» **WORK ORDER**: Return, exactly and in full, the lines of the records below starting at the one with "f 414 395 393" and ending at the one with "f 377 422 424", and no other lines.

(RECORDS SUPPLIED begins)

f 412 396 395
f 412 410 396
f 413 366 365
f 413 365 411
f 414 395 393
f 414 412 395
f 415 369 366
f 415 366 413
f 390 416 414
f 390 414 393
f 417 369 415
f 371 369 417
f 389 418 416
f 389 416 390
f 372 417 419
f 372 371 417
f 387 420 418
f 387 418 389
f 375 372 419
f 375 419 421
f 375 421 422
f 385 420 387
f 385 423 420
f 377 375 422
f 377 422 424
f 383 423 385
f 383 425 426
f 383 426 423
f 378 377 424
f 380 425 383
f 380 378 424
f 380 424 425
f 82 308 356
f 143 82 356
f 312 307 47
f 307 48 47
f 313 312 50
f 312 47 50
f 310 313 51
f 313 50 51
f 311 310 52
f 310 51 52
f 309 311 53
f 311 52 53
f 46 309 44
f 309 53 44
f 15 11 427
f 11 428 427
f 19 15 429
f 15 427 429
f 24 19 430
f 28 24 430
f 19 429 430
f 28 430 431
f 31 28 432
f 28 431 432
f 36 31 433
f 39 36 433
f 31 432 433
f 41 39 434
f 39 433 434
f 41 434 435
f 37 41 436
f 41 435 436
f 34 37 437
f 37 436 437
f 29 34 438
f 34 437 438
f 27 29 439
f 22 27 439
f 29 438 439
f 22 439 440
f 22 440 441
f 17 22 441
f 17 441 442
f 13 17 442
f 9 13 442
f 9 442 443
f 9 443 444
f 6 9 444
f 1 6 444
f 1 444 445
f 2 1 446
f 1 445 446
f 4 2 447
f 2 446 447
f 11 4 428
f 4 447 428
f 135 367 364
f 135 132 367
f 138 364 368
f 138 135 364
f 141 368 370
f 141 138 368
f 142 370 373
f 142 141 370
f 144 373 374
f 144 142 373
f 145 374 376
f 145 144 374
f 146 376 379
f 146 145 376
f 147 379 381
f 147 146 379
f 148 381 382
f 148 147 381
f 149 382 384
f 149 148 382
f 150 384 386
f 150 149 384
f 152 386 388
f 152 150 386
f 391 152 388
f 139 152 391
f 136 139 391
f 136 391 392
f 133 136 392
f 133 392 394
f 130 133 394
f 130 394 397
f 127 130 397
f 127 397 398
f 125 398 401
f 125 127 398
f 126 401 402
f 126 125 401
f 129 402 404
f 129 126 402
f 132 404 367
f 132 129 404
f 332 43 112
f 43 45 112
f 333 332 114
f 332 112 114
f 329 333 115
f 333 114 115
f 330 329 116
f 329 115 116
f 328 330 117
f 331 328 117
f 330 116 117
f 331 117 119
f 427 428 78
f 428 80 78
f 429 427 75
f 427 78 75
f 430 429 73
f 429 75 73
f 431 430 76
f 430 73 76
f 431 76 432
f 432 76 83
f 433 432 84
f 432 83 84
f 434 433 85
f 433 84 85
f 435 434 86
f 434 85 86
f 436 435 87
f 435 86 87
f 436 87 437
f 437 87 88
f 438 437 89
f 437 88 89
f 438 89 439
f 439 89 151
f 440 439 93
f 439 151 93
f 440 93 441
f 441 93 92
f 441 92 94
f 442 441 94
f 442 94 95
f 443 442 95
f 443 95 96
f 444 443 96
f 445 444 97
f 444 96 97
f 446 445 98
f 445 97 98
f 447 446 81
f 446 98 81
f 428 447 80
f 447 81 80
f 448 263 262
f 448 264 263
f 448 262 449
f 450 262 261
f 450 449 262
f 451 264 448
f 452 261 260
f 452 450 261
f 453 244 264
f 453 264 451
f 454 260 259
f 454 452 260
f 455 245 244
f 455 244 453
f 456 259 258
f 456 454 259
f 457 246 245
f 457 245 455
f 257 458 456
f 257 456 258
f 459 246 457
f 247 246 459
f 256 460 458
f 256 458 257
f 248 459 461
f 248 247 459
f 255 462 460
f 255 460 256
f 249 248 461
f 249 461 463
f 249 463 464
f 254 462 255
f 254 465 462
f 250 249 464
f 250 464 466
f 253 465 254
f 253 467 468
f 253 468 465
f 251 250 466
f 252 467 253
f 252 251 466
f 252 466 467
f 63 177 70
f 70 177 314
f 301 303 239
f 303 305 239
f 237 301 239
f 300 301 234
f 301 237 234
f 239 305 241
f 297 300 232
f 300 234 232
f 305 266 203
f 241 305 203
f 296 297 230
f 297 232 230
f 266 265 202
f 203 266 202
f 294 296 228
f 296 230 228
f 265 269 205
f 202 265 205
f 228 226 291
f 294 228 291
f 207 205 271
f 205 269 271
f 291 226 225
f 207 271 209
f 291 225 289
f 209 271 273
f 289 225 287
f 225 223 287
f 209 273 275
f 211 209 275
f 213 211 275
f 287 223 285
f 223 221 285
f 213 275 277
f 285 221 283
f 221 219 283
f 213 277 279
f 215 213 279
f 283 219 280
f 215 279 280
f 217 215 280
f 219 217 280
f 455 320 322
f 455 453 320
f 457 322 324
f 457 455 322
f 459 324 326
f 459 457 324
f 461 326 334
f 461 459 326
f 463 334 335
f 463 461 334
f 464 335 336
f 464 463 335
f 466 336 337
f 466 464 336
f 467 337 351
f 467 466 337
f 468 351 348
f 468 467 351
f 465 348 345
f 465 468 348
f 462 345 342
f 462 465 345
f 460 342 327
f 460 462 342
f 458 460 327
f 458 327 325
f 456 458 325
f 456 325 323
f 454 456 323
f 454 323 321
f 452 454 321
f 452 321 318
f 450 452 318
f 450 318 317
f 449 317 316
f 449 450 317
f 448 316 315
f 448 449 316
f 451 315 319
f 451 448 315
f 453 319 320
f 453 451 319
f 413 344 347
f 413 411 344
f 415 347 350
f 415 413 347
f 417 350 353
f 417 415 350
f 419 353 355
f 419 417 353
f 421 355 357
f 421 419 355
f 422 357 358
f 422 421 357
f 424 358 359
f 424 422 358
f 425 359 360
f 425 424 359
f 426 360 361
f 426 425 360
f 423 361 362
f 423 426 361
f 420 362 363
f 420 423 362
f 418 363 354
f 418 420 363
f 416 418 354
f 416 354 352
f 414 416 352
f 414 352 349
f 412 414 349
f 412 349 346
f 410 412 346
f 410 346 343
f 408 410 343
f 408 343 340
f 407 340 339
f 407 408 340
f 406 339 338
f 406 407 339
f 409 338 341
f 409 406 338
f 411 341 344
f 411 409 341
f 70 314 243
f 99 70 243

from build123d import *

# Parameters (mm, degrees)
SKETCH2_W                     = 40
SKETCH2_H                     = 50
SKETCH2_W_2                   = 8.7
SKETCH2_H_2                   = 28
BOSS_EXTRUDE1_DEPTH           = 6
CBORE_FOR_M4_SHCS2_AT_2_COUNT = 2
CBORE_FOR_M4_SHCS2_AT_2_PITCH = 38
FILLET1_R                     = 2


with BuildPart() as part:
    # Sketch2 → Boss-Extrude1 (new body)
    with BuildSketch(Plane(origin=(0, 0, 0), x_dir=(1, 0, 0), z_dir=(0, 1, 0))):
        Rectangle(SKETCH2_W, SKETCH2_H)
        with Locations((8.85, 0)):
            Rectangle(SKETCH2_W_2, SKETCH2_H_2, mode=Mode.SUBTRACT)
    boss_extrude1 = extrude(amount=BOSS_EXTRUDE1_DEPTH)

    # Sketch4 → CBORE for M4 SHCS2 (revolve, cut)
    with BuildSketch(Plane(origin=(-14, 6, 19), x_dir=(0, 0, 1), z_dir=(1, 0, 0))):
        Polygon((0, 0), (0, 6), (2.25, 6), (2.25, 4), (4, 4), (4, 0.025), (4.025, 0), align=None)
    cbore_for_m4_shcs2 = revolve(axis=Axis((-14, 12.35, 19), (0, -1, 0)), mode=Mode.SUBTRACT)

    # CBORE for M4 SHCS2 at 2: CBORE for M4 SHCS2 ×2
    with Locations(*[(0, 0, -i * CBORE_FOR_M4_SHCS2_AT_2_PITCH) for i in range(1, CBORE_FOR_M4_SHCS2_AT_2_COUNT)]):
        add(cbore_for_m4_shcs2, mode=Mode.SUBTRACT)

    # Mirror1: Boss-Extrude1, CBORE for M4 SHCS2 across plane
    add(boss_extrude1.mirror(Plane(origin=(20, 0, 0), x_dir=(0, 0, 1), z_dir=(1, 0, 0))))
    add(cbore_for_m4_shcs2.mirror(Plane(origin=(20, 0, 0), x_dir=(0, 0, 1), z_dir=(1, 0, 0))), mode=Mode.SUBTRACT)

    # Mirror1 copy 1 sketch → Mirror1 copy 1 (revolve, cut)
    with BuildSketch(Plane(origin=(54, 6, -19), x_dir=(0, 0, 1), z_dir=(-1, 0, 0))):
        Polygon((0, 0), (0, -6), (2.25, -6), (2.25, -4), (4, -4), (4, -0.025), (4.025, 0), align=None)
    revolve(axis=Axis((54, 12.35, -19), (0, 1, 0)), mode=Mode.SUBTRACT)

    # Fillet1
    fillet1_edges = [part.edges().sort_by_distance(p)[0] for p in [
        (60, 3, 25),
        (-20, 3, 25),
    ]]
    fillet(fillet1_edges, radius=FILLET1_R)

(RECORDS SUPPLIED ends)
(RECORDS SUPPLIED begins)

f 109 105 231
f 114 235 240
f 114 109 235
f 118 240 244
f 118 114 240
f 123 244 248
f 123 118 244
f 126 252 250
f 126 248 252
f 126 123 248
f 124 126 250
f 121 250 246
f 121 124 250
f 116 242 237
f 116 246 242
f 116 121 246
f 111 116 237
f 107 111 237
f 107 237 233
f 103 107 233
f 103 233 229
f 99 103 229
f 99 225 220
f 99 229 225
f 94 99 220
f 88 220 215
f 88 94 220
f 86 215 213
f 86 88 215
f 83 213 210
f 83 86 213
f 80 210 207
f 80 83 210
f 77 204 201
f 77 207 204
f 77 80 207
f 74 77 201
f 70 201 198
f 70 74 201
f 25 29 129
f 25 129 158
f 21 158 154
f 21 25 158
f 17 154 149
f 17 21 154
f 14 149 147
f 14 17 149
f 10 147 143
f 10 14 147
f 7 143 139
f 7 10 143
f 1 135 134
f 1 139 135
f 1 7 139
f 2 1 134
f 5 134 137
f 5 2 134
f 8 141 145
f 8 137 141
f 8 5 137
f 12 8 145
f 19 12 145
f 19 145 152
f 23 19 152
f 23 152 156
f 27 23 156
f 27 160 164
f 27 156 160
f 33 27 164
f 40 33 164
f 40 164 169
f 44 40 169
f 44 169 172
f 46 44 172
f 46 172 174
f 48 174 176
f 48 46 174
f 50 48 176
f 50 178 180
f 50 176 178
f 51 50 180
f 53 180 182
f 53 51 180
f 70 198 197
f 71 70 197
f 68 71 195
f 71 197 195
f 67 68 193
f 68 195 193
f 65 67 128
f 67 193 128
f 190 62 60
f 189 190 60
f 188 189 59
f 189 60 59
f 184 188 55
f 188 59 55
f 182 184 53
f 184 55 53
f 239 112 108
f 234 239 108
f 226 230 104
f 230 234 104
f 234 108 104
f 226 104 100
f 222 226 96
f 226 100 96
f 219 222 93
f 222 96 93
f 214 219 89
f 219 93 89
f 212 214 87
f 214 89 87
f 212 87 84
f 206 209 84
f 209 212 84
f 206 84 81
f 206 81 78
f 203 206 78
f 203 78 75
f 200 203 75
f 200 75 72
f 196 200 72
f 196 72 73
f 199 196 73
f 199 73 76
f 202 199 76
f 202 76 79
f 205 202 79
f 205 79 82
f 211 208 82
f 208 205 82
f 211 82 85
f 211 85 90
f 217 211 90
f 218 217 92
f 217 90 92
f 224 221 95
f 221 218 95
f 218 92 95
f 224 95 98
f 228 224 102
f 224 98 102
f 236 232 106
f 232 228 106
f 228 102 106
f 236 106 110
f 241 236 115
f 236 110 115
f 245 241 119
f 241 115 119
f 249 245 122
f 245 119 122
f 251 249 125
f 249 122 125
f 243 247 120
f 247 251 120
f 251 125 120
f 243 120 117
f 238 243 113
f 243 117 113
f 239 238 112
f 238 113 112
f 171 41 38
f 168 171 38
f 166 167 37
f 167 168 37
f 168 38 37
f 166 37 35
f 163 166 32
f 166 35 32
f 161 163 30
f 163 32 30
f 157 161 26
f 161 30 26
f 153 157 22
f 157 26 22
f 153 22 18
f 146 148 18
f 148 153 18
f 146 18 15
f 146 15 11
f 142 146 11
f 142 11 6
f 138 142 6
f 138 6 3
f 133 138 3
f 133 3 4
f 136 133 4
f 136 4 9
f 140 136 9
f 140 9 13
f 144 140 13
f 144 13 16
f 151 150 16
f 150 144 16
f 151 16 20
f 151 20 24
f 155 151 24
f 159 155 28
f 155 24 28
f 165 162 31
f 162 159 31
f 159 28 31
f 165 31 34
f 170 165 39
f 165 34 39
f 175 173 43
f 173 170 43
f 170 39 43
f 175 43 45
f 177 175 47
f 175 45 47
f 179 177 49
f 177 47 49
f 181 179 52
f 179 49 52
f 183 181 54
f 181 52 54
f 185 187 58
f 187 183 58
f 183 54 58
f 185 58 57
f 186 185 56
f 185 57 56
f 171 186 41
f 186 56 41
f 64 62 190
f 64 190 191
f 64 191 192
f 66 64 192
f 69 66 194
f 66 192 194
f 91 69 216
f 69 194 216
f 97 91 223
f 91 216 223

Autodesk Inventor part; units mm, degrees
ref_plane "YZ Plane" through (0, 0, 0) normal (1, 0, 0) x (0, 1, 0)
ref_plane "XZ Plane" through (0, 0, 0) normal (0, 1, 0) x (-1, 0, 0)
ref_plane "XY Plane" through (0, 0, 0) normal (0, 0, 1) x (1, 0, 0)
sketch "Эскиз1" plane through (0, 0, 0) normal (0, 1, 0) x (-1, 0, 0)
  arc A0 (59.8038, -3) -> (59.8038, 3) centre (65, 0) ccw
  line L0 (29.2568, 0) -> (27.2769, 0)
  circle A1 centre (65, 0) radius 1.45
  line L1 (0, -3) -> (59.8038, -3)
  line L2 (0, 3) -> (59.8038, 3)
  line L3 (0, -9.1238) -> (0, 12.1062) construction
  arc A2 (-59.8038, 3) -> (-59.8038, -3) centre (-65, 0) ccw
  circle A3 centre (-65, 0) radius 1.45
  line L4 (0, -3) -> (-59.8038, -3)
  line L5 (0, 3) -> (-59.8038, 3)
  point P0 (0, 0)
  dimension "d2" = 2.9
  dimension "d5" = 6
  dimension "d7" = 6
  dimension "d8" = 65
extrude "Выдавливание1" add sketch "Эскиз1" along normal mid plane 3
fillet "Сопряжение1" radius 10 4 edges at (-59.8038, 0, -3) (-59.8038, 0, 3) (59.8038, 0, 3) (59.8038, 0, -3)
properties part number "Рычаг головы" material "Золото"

(RECORDS SUPPLIED ends)

» **YOUR RESPONSE**:
f 414 395 393
f 414 412 395
f 415 369 366
f 415 366 413
f 390 416 414
f 390 414 393
f 417 369 415
f 371 369 417
f 389 418 416
f 389 416 390
f 372 417 419
f 372 371 417
f 387 420 418
f 387 418 389
f 375 372 419
f 375 419 421
f 375 421 422
f 385 420 387
f 385 423 420
f 377 375 422
f 377 422 424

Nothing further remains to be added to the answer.